There are definitely films that come through the system, to a certain extent, that can pose questions but it's exceedingly rare, which is frustrating to me as an actor.
In the 80s when I was a teenager studying acting, I was going to see all of the revival house theatres that were popular in that time and they were still showing films that were mostly from the 70s, 60s, and 50s, 1920s. These were films that were asking a lot of questions at that time.
It took a while for me to understand and realize that in the industry, by the time I was 20 (1984) it was becoming quite rare for films to be asking questions. I was acting in films thinking this was not the kind of questioning I was expecting to be stepping into. I was excited about stepping into something that was a business that was asking questions and going up against things that should be questioned but as I was acting, I was realizing it wasn't happening and that was frustrating.

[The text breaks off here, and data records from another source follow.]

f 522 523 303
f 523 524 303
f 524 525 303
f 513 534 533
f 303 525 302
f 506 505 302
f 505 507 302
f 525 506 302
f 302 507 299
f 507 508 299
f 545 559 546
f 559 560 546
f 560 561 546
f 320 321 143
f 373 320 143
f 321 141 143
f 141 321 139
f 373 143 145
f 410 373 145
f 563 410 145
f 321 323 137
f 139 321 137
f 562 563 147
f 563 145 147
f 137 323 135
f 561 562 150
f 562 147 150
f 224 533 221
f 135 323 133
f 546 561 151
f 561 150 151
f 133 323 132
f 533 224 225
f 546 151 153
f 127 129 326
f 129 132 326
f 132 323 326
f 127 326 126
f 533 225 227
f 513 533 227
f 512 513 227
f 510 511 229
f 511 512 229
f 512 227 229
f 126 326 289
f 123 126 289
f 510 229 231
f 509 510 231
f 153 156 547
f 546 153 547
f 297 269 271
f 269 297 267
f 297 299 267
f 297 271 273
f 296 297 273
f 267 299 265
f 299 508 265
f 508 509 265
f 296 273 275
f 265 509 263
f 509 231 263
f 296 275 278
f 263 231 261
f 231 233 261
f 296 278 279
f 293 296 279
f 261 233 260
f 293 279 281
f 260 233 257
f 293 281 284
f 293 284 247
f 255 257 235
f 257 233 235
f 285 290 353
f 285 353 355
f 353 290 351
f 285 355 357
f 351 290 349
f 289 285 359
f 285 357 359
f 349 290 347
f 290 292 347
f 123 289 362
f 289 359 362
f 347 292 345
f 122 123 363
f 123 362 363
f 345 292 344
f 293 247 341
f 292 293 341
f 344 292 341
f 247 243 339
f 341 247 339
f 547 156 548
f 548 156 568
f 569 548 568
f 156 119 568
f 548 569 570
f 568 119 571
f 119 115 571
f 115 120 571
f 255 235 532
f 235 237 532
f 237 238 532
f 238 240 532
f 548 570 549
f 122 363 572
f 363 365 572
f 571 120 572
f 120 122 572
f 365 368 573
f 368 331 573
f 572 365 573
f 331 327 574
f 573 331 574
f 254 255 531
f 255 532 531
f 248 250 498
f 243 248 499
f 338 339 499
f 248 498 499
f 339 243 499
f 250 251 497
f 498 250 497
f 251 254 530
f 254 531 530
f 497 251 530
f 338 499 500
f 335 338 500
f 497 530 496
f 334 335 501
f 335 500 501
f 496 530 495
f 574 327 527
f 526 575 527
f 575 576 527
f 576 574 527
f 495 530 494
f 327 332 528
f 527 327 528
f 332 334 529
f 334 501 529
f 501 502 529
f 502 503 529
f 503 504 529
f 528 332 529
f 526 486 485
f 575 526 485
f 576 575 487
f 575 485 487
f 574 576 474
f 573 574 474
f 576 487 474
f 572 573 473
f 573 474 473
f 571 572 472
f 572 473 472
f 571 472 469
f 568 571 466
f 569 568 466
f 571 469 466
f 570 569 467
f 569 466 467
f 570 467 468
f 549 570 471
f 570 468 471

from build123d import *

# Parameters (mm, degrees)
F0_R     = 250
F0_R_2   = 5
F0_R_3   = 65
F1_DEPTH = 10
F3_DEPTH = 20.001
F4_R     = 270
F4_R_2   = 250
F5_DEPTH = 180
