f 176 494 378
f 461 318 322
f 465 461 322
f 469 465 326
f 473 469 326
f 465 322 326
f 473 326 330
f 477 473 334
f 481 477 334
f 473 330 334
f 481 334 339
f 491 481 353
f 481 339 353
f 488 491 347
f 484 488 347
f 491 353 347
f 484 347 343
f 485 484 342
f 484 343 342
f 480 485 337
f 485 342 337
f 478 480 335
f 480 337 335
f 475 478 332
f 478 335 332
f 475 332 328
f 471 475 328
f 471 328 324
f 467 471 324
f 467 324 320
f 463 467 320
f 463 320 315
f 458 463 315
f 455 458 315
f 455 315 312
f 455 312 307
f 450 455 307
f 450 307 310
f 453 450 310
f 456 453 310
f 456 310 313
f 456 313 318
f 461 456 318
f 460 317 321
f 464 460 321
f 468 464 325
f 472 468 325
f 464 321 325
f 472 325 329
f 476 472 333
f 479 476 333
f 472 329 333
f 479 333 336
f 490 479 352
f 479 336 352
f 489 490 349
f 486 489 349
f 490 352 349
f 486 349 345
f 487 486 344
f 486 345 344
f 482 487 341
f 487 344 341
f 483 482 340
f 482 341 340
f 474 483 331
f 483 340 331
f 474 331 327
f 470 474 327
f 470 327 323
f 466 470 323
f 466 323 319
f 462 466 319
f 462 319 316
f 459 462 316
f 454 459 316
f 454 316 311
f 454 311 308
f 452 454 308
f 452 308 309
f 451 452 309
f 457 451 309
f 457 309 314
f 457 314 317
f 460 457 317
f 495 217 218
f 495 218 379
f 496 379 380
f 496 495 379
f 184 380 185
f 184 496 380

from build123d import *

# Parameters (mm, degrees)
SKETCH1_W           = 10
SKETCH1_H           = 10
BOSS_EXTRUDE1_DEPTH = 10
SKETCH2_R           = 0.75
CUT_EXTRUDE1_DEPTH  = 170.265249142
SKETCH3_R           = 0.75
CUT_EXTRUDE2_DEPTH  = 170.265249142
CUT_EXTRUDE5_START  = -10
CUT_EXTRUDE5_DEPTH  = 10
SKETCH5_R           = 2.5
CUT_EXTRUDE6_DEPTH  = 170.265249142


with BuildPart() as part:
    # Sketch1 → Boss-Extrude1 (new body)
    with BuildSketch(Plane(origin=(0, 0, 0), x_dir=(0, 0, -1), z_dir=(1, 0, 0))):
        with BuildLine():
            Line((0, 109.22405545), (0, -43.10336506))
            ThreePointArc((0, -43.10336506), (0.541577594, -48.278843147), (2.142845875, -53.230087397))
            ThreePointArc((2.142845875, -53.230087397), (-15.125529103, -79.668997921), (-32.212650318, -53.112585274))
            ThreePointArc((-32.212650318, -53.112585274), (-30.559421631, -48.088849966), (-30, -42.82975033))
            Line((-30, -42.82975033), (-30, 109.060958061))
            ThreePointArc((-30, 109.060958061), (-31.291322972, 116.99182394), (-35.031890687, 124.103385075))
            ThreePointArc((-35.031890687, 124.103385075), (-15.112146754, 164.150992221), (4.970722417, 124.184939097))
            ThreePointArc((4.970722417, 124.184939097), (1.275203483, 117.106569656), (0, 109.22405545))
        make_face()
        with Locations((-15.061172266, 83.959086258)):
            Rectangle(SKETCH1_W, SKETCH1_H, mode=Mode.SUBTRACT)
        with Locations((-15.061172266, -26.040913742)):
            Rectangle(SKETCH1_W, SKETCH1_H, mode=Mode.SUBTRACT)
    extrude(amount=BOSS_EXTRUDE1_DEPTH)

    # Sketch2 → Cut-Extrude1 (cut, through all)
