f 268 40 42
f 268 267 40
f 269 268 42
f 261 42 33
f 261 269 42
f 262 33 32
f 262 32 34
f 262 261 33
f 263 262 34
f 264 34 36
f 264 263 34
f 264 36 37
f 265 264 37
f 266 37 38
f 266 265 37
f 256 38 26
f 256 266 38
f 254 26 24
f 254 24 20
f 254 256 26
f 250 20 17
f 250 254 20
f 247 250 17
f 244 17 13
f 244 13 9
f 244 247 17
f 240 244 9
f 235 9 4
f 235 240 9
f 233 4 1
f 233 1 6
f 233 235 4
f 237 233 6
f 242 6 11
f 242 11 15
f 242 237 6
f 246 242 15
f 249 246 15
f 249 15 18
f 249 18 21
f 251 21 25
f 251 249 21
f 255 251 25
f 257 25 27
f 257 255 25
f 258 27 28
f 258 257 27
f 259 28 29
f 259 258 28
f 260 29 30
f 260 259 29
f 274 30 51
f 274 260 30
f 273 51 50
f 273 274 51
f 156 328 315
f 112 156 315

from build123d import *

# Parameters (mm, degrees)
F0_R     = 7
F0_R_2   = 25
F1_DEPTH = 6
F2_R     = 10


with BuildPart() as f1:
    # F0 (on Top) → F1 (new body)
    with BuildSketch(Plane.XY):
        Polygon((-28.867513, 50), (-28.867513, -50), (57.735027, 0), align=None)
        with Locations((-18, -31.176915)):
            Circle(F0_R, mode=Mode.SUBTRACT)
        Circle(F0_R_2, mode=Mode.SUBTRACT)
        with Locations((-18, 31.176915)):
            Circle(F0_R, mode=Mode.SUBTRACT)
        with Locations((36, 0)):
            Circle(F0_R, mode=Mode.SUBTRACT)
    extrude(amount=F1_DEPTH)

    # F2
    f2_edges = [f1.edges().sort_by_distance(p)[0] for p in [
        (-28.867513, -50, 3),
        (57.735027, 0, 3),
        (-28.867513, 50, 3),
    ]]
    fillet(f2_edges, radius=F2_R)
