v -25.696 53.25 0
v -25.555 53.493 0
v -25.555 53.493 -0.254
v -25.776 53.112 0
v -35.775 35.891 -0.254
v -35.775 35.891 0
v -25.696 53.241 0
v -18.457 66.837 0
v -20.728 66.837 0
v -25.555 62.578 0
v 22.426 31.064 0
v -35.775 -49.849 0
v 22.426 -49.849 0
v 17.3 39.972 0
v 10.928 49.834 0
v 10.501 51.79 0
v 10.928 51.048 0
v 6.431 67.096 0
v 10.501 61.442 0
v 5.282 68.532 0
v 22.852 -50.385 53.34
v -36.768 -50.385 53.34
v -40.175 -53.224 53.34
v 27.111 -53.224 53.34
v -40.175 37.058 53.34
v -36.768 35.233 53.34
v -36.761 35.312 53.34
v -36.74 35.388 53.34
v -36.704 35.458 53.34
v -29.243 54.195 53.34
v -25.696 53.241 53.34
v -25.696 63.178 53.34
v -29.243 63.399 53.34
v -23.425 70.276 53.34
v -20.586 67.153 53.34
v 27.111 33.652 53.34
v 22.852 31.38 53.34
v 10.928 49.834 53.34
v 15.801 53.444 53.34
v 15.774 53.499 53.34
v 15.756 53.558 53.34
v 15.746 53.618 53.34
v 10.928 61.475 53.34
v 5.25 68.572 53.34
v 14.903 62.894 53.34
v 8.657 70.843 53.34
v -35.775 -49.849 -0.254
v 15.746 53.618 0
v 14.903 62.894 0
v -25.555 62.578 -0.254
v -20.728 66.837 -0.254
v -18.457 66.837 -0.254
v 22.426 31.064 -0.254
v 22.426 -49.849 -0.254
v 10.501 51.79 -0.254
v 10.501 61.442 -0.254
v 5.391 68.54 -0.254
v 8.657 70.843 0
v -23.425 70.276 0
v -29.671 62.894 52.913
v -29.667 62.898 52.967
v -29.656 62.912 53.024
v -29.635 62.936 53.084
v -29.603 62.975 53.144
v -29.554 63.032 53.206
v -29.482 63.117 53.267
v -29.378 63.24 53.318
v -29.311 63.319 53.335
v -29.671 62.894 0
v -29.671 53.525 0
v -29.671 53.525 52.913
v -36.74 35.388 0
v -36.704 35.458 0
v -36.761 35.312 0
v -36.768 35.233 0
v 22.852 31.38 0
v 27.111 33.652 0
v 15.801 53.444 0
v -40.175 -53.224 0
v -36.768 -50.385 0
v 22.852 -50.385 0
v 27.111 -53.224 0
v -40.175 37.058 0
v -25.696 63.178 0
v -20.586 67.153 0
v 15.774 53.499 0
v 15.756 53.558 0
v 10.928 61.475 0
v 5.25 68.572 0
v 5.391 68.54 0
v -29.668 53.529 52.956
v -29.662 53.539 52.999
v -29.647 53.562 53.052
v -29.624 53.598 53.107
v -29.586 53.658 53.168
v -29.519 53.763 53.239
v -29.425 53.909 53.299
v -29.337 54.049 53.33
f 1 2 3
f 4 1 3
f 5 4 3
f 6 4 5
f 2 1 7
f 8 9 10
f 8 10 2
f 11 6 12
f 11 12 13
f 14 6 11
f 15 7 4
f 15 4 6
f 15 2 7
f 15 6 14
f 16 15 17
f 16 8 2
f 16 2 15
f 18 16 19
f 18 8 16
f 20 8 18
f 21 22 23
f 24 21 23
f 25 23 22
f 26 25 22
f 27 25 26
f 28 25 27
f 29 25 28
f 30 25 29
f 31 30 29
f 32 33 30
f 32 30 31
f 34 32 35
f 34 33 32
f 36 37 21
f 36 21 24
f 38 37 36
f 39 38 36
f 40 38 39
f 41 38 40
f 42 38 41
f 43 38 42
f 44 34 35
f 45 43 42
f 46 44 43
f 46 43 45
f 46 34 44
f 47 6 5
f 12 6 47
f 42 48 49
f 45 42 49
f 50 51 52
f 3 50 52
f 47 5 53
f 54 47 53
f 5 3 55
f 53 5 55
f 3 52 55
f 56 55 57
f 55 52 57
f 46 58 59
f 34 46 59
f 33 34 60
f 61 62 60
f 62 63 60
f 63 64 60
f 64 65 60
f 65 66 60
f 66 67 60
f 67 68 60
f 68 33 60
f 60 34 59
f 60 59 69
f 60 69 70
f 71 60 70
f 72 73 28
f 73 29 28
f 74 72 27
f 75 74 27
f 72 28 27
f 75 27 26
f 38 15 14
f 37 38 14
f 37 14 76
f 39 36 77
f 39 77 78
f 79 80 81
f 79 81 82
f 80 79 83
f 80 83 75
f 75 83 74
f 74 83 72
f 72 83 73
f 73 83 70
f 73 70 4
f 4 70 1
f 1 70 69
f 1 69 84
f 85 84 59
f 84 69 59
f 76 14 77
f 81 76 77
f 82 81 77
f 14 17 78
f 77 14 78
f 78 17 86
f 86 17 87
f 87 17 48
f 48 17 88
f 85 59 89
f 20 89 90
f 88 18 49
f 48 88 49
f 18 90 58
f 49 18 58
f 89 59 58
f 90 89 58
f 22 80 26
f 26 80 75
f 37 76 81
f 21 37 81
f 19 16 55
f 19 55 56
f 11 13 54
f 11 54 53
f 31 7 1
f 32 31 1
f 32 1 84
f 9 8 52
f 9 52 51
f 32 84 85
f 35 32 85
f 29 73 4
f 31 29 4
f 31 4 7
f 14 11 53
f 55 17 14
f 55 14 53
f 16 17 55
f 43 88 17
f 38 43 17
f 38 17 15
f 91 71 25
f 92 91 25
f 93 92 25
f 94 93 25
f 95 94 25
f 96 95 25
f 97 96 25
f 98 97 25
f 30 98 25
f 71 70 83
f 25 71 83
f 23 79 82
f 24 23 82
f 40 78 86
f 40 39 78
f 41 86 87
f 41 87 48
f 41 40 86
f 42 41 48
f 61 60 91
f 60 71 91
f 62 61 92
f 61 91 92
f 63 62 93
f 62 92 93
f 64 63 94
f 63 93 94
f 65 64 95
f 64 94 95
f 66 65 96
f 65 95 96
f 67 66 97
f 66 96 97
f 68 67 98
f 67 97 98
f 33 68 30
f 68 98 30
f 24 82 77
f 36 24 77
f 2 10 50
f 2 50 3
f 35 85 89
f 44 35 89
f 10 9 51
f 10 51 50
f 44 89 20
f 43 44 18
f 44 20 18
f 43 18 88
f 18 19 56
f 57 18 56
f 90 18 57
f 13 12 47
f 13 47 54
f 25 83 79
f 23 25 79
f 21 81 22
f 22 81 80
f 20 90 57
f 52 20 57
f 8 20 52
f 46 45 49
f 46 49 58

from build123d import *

# Parameters (mm, degrees)
F1_DEPTH = 53.34
F3_DEPTH = 0.254
F4_R     = 0.427399


with BuildPart() as f1:
    # F0 (on Top) → F1 (new body)
    with BuildSketch(Plane.XY):
        Polygon((-29.670693, 53.525094), (-40.17527, 37.058461), (-40.17527, -53.224109), (27.1108, -53.224109), (27.1108, 33.651568), (15.754499, 53.525094), (14.902776, 62.894039), (8.656814, 70.843451), (-23.42473, 70.275635), (-29.670693, 62.894039), align=None)
        Polygon((-25.695989, 63.177943), (-20.585654, 67.152657), (5.249925, 68.572186), (10.928073, 61.474502), (10.928073, 49.834296), (22.85219, 31.380311), (22.85219, -50.385039), (-36.768381, -50.385039), (-36.768381, 35.355017), (-25.695989, 53.241186), align=None, mode=Mode.SUBTRACT)
    extrude(amount=F1_DEPTH)

    # F2 (on Top) → F3 (join)
    with BuildSketch(Plane.XY):
        Polygon((-18.457072, 66.836618), (-20.728331, 66.836618), (-25.554758, 62.578008), (-25.554758, 53.492971), (-35.775427, 35.890706), (-35.775427, -49.84935), (22.425605, -49.84935), (22.425605, 31.064278), (10.501488, 51.789522), (10.501488, 61.442375), (5.391155, 68.540059), align=None)
    extrude(amount=-F3_DEPTH)

    # F4
    f4_edges = [f1.edges().sort_by_distance(p)[0] for p in [
        (-36.768381, 35.355017, 26.67),
        (-29.670693, 58.209566, 53.34),
        (15.754499, 53.525094, 26.67),
    ]]
    fillet(f4_edges, radius=F4_R)


solid = f1.part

After Back to the Future came out in 1984 and was so successful, I felt a certain obligation towards finding films that somehow psychologically reflected what my interests were. The first film I acted in after Back to the Future came out was River's Edge. That's still a film that I'm proud of but subsequent to that, most of the films that I acted in, in the 80s and 90s, really didn't reflect what my interests were, didn't make that much money, and weren't necessarily good for my acting career.

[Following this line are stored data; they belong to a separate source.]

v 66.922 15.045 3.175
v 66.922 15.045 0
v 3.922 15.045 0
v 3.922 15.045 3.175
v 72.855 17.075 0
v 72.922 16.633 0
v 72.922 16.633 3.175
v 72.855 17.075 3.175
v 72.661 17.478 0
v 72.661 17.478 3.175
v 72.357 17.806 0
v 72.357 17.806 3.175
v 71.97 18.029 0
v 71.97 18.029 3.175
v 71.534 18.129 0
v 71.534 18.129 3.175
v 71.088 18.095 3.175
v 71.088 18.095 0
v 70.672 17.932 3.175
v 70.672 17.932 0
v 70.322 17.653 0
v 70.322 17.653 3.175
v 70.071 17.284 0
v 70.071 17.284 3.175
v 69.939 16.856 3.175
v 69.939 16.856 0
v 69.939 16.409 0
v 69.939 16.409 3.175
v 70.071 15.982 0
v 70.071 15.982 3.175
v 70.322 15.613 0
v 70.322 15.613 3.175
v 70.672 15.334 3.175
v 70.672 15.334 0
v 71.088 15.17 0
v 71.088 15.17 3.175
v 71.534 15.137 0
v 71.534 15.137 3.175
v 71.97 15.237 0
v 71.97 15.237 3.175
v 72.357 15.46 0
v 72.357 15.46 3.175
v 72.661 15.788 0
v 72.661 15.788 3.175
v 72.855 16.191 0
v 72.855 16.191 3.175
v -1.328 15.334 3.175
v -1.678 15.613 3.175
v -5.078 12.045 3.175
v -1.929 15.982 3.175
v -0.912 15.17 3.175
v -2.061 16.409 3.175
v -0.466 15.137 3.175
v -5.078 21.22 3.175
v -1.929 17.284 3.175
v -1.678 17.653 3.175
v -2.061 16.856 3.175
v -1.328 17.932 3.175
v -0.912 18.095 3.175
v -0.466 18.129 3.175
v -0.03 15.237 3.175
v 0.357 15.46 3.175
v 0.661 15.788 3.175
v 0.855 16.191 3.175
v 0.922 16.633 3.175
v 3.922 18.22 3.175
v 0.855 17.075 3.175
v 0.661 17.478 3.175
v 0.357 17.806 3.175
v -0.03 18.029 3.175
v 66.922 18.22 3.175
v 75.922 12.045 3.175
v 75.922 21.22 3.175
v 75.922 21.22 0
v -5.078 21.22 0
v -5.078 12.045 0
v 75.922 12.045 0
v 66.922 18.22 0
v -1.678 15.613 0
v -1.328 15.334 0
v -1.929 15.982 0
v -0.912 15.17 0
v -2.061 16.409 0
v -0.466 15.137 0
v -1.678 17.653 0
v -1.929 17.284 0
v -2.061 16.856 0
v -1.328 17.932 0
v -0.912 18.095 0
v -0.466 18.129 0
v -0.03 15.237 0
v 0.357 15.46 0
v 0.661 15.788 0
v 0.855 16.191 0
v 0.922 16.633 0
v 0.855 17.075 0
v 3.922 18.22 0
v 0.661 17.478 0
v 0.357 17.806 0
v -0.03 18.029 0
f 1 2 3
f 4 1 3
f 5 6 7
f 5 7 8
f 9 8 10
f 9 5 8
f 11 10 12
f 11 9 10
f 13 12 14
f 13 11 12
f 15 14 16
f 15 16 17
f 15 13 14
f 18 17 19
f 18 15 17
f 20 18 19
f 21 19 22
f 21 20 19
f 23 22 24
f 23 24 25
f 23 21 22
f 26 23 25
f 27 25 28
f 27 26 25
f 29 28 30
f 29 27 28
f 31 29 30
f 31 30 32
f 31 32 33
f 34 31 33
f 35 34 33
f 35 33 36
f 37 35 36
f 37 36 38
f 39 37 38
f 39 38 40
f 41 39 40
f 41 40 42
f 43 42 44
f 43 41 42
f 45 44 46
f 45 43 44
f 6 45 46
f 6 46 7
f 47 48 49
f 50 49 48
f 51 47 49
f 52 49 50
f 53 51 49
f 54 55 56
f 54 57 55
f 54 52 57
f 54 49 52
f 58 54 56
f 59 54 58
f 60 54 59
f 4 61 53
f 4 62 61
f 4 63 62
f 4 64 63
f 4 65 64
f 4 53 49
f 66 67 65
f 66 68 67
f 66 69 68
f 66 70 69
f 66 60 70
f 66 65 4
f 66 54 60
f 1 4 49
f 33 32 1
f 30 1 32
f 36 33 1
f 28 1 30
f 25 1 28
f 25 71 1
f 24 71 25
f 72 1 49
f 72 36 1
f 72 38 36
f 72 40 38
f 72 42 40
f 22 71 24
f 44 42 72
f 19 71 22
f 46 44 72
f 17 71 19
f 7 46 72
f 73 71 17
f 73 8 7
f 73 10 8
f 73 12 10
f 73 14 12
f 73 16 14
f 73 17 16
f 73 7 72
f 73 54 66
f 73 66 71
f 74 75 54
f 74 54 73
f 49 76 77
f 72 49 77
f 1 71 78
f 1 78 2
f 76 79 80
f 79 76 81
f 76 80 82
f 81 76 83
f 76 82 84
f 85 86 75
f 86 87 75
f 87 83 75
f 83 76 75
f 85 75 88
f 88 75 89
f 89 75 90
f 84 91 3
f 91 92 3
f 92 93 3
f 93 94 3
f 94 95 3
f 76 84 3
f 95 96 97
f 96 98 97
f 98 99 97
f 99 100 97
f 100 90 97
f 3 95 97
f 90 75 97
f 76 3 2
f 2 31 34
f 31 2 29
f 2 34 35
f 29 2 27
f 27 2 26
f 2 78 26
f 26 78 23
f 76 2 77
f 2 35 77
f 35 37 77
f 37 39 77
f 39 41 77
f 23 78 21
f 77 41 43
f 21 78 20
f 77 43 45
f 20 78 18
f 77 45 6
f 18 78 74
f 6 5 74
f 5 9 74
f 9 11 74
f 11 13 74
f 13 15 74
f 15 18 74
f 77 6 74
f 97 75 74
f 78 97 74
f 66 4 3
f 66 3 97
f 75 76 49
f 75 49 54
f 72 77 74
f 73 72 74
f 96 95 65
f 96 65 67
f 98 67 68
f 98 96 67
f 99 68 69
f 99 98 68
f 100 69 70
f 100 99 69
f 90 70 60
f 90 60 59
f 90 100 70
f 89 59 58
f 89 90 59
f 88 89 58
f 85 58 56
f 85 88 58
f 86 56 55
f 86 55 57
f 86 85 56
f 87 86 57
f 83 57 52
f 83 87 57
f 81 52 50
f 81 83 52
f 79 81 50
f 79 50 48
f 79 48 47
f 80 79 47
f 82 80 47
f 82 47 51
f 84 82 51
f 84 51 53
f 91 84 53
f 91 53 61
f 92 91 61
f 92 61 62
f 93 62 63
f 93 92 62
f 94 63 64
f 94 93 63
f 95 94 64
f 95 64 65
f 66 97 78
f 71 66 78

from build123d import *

# Parameters (mm, degrees)
F0_W     = 81
F0_H     = 9.175
F0_R     = 1.5
F1_DEPTH = 3.175


# Not quite as in the source:
# - a length typed as a fraction of an inch, garbled in the dataset ("3 / 203.2 mm" for 3/8 in), is restored


with BuildPart() as f1:
    # F0 (on Top) → F1 (new body)
    with BuildSketch(Plane.XY):
        with Locations((35.4220271409, 16.632870598)):
            Rectangle(F0_W, F0_H)
        with Locations((-0.5779728591, 16.632870598)):
            Circle(F0_R, mode=Mode.SUBTRACT)
        Polygon((3.9220271409, 15.045370598), (3.9220271409, 18.220370598), (35.4220271409, 18.220370598), (66.9220271409, 18.220370598), (66.9220271409, 15.045370598), align=None, mode=Mode.SUBTRACT)
        with Locations((71.4220271409, 16.632870598)):
            Circle(F0_R, mode=Mode.SUBTRACT)
    extrude(amount=F1_DEPTH)


solid = f1.part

When the first Charlie's Angels film was coming to me, it made sense to do that film in order to fund Steve's film but when I first got the script, it wasn't something I particularly wanted to do. When the film came out and was successful, that was good for my acting career and I realized I needed to switch the way I was deciding to act in films, divorce myself from the content, and think of acting as a craft as opposed to an art. I still think of acting artfully but there's a differentiation between thinking of it as a thing to do to make a living with something that I've learned at a young age, and professional work.
It's actually made me much more grateful to be involved working in the film industry. Most people want me to do something interesting anyhow so it's worked out well that way.